Exhibition at First Street Gallery, 526 W. 26th Street, Room 209, NY, NY 10001
May 24 - June 18, 2016
Reception June 2, 2016: 6-8pm
Exhibition essay written by Peter Malone:
As most of us are now resigned to a perennially unsettled art world, we have evolved a near routine resilience to sudden changes in an artist’s direction. And yet changes can still be unnerving, especially for those who have followed an artist for a considerable period, only to find them one day a stranger. Presented with a new vision, members of an artist’s audience are likely to feel themselves compelled—one is tempted to say coerced—into intensifying their participation as an audience member.
Considering that for more than a decade Teresa Dunn’s work has consisted of complex figural compositions, it is understandable that her audience might feel a bit uneasy with this new work. At first glance it looks like a substantial change. But closer examination will reassure the skeptical that these paintings and studies represent modest re-considerations made well within Dunn’s familiar sensibility. They are a continuation of the other-worldly sense her work has always addressed, though adapted to an unpacking of her painterly process. It is as if the loose outlines beneath her earlier compositions are
now spreading like vines across a long established garden.
Dunn’s earlier pictures can be understood to some extent as related to the literary conceits of magic realism. “Doubling Back, 2014“, for instance, placed tourists, wreck survivors, elephants and fragments of ancient statuary on a beach, illuminated by a massive conflagration on the horizon precisely where a travel-brochure sunset belongs, while silhouettes of tourists and umbrellas, entirely out of scale with the other figures in the painting, sit calmly in the background. Dunn is quite upfront about how her, ”...narratives explore identity and relationships through the absurd. Animals, food, and objects are [just
as] important as humans by becoming symbolic, metaphorical or characters themselves. Peculiar reality becomes normal, as in dreams or memory.”
This normalizing of the absurd continues in the new work, though in a more abstracted and looser syntax. Faces emerge from dense brushwork. Hints of still life mix with what seems like foliage. As with her earlier work, the acceptance of uncanny events and appearances remains. It is the same acceptance that punctuates the narrative of Gabriel Garcia Marquez or Isabel Allende, for whom Dunn holds more than a passing familiarity, having read them in the original Spanish. These writers maintain their strangeness by holding to an atmosphere of vivid realism. It is what separates them from the Eurocentric and Freudian tone of Surrealism.

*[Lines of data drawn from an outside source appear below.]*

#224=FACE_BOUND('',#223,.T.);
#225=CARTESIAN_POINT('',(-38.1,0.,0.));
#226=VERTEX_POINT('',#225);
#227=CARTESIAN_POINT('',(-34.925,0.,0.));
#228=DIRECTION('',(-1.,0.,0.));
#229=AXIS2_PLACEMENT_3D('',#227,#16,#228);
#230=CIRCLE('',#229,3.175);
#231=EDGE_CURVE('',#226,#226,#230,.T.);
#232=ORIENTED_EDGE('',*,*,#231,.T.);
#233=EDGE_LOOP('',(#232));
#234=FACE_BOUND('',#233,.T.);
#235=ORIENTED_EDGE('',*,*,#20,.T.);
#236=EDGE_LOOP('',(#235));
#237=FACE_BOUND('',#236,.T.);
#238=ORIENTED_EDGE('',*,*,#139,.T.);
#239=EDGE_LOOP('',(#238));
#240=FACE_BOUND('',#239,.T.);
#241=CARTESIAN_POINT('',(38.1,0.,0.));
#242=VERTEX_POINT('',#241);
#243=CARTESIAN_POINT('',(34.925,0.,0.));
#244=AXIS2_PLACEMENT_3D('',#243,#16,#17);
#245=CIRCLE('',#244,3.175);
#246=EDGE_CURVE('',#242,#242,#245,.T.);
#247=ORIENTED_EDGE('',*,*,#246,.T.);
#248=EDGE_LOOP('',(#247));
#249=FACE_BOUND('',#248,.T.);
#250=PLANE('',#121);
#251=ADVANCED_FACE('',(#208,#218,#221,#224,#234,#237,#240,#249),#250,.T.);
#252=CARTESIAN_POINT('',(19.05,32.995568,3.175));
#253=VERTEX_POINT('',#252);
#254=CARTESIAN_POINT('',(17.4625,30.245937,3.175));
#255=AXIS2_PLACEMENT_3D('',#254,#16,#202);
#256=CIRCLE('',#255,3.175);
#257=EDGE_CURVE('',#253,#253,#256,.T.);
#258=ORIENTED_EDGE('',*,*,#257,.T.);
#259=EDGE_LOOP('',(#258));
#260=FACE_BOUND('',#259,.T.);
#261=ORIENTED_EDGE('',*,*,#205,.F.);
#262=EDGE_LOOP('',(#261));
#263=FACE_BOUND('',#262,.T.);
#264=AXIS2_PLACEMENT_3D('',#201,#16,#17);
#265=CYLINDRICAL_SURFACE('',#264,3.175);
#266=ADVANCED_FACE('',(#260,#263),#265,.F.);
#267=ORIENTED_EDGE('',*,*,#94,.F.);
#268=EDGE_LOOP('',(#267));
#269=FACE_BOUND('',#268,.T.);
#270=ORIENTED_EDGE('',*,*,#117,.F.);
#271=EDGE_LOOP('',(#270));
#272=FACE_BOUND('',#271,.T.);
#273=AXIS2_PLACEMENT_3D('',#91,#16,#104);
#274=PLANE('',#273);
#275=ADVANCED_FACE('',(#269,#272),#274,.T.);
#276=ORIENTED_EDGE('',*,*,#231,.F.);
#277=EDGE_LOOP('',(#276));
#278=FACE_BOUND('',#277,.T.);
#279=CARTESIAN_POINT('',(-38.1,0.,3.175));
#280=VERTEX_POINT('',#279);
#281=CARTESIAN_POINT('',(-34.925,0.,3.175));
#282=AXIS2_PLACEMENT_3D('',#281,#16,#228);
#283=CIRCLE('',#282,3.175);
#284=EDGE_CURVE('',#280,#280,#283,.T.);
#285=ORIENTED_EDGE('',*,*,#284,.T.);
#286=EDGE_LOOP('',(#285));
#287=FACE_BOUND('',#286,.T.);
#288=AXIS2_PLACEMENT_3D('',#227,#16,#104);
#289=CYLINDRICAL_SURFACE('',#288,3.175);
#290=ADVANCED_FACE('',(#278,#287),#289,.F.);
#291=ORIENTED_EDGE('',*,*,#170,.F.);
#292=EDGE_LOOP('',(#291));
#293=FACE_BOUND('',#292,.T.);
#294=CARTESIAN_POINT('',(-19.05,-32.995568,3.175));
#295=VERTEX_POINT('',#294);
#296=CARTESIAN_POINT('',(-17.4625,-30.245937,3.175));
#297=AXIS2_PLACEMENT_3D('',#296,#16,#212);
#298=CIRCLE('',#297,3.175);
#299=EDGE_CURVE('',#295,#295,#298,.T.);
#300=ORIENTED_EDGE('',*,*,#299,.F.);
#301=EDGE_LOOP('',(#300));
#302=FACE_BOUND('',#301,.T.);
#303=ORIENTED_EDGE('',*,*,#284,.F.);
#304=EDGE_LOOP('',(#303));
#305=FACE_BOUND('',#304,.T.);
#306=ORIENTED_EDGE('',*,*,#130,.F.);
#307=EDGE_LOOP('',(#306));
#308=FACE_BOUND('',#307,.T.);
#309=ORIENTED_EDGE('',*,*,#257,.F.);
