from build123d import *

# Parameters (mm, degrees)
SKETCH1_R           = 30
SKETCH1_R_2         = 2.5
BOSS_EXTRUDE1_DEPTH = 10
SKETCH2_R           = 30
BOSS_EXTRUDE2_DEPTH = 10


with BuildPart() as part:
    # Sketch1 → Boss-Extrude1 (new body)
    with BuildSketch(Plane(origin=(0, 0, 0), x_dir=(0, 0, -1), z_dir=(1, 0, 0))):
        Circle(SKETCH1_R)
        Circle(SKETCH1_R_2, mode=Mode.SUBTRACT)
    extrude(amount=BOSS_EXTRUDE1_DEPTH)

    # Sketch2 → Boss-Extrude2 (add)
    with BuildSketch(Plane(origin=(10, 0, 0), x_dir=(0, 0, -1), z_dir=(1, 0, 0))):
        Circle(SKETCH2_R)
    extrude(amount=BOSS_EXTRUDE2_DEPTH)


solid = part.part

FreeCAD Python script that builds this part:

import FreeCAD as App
import Part
import Sketcher
from FreeCAD import Vector
Q = App.Units.Quantity

doc = App.newDocument("Part")
params = doc.addObject("Spreadsheet::Sheet", "Params")
for row, (alias, value) in enumerate([
    ("sketch1_diameter", "60 mm"),
    ("sketch1_diameter2", "5 mm"),
    ("pad1_length", "10 mm"),
    ("sketch2_diameter", "60 mm"),
    ("pad2_length", "10 mm"),
], start=1):
    params.set(f"A{row}", alias)
    params.set(f"B{row}", "=" + value)
    params.setAlias(f"B{row}", alias)

body = doc.addObject("PartDesign::Body", "Body")

# Sketch on YZ plane
sketch1 = body.newObject("Sketcher::SketchObject", "Sketch")
sketch1.AttachmentSupport = (doc.getObject("YZ_Plane"), [""])
sketch1.MapMode = "FlatFace"
sketch1.addGeometry([
    Part.Circle(Vector(0, 0, 0), Vector(0, 0, 1), 30),
    Part.Circle(Vector(0, 0, 0), Vector(0, 0, 1), 2.5),
], False)
sketch1.addConstraint([
    Sketcher.Constraint("Coincident", 0, 3, -1, 1),
    Sketcher.Constraint("Coincident", 1, 3, -1, 1),
    Sketcher.Constraint("Diameter", 0, Q("60 mm")),
    Sketcher.Constraint("Diameter", 1, Q("5 mm")),
])
sketch1.setExpression("Constraints[2]", "Params.sketch1_diameter")
sketch1.setExpression("Constraints[3]", "Params.sketch1_diameter2")
pad1 = body.newObject("PartDesign::Pad", "Pad")
pad1.Profile = sketch1
pad1.setExpression("Length", "Params.pad1_length")

# Sketch on YZ plane
sketch2 = body.newObject("Sketcher::SketchObject", "Sketch001")
sketch2.AttachmentSupport = (doc.getObject("YZ_Plane"), [""])
sketch2.MapMode = "FlatFace"
sketch2.AttachmentOffset = App.Placement(Vector(0, 0, 10), App.Rotation())
sketch2.addGeometry(Part.Circle(Vector(0, 0, 0), Vector(0, 0, 1), 30), False)
sketch2.addConstraint([
    Sketcher.Constraint("Coincident", 0, 3, -1, 1),
    Sketcher.Constraint("Diameter", 0, Q("60 mm")),
])
sketch2.setExpression("Constraints[1]", "Params.sketch2_diameter")
pad2 = body.newObject("PartDesign::Pad", "Pad001")
pad2.Profile = sketch2
pad2.setExpression("Length", "Params.pad2_length")

doc.recompute()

There is no subversion of reality in magic realism, only a stubborn naturalness, interrupted at times by a highly poetic irrationality. To the extent that the new paintings contain hints of recognizable yet incongruent imagery—still-life, figures, a visual flow that transitions in several directions at once—they are a continuation of the same dream structure, but rendered this time more susceptible to serendipity and surface pattern. Or to put it another way, Dunn’s new imagery is more in synch with the ebb and flow of actual painting.
Though the touch and painterly texture of Dunn’s method is relatively unchanged—a preference for small brushes working expansive fields remains intact—the formatting is noticeably different. Multiple panels are now employed, permitting her to expand on a composition in distinct stages, the continuity of the whole to be adjusted as each panel progresses. The cautionary space created by such compartmentalizing allows for more freedom of expression within each panel. Hence, the final composition is often a blending of several large ideas, occasionally surrendering parts of their outer imagery to the outer edges of their abutting sections, while maintaining enough individual integrity to hold their places as distinct parts of a coherent composition. As a metaphor in the service of dreaming while awake—the essence of magic realism—the partial unity it creates helps to reinforce simultaneous realities.
The second and rather obvious change is in the scale of the new work. “Slippage” is a five by ten foot triptych of three panels each measuring 60 x 40”. Even as sub-units of the whole, they are larger than the paintings Dunn exhibited in 2014. In fact, Slippage’s overall dimensions measure four times larger than any one of her earlier paintings. This increase in size indicates an expansion of the process itself. Dunn is transitioning her subject matter from ideas to events; from narratives paralleling spoken language to narratives that unfold through the act of painting and consequently through our visual reading of her painting process.
The smaller studies in the show act as guides along Dunn’s new path. As a member of a tiny minority of contemporary painters who have tackled the truly daunting genre of multiple figure composition, the fact that many of these studies are experiments with collage and the notoriously renegade technique of monotype is telling. Their spontaneity, more than any single aspect of the new work, speaks to a substantial ambition. Confident that she remains aligned intellectually and emotionally with her earlier work, Dunn is willing to let the painting process and the atmosphere of the studio itself become the
reality that in turn provides the context for her “...peculiar occurrences”. As the next step in her evolution, the work in this exhibition is not just logically motivated, it seems inevitable.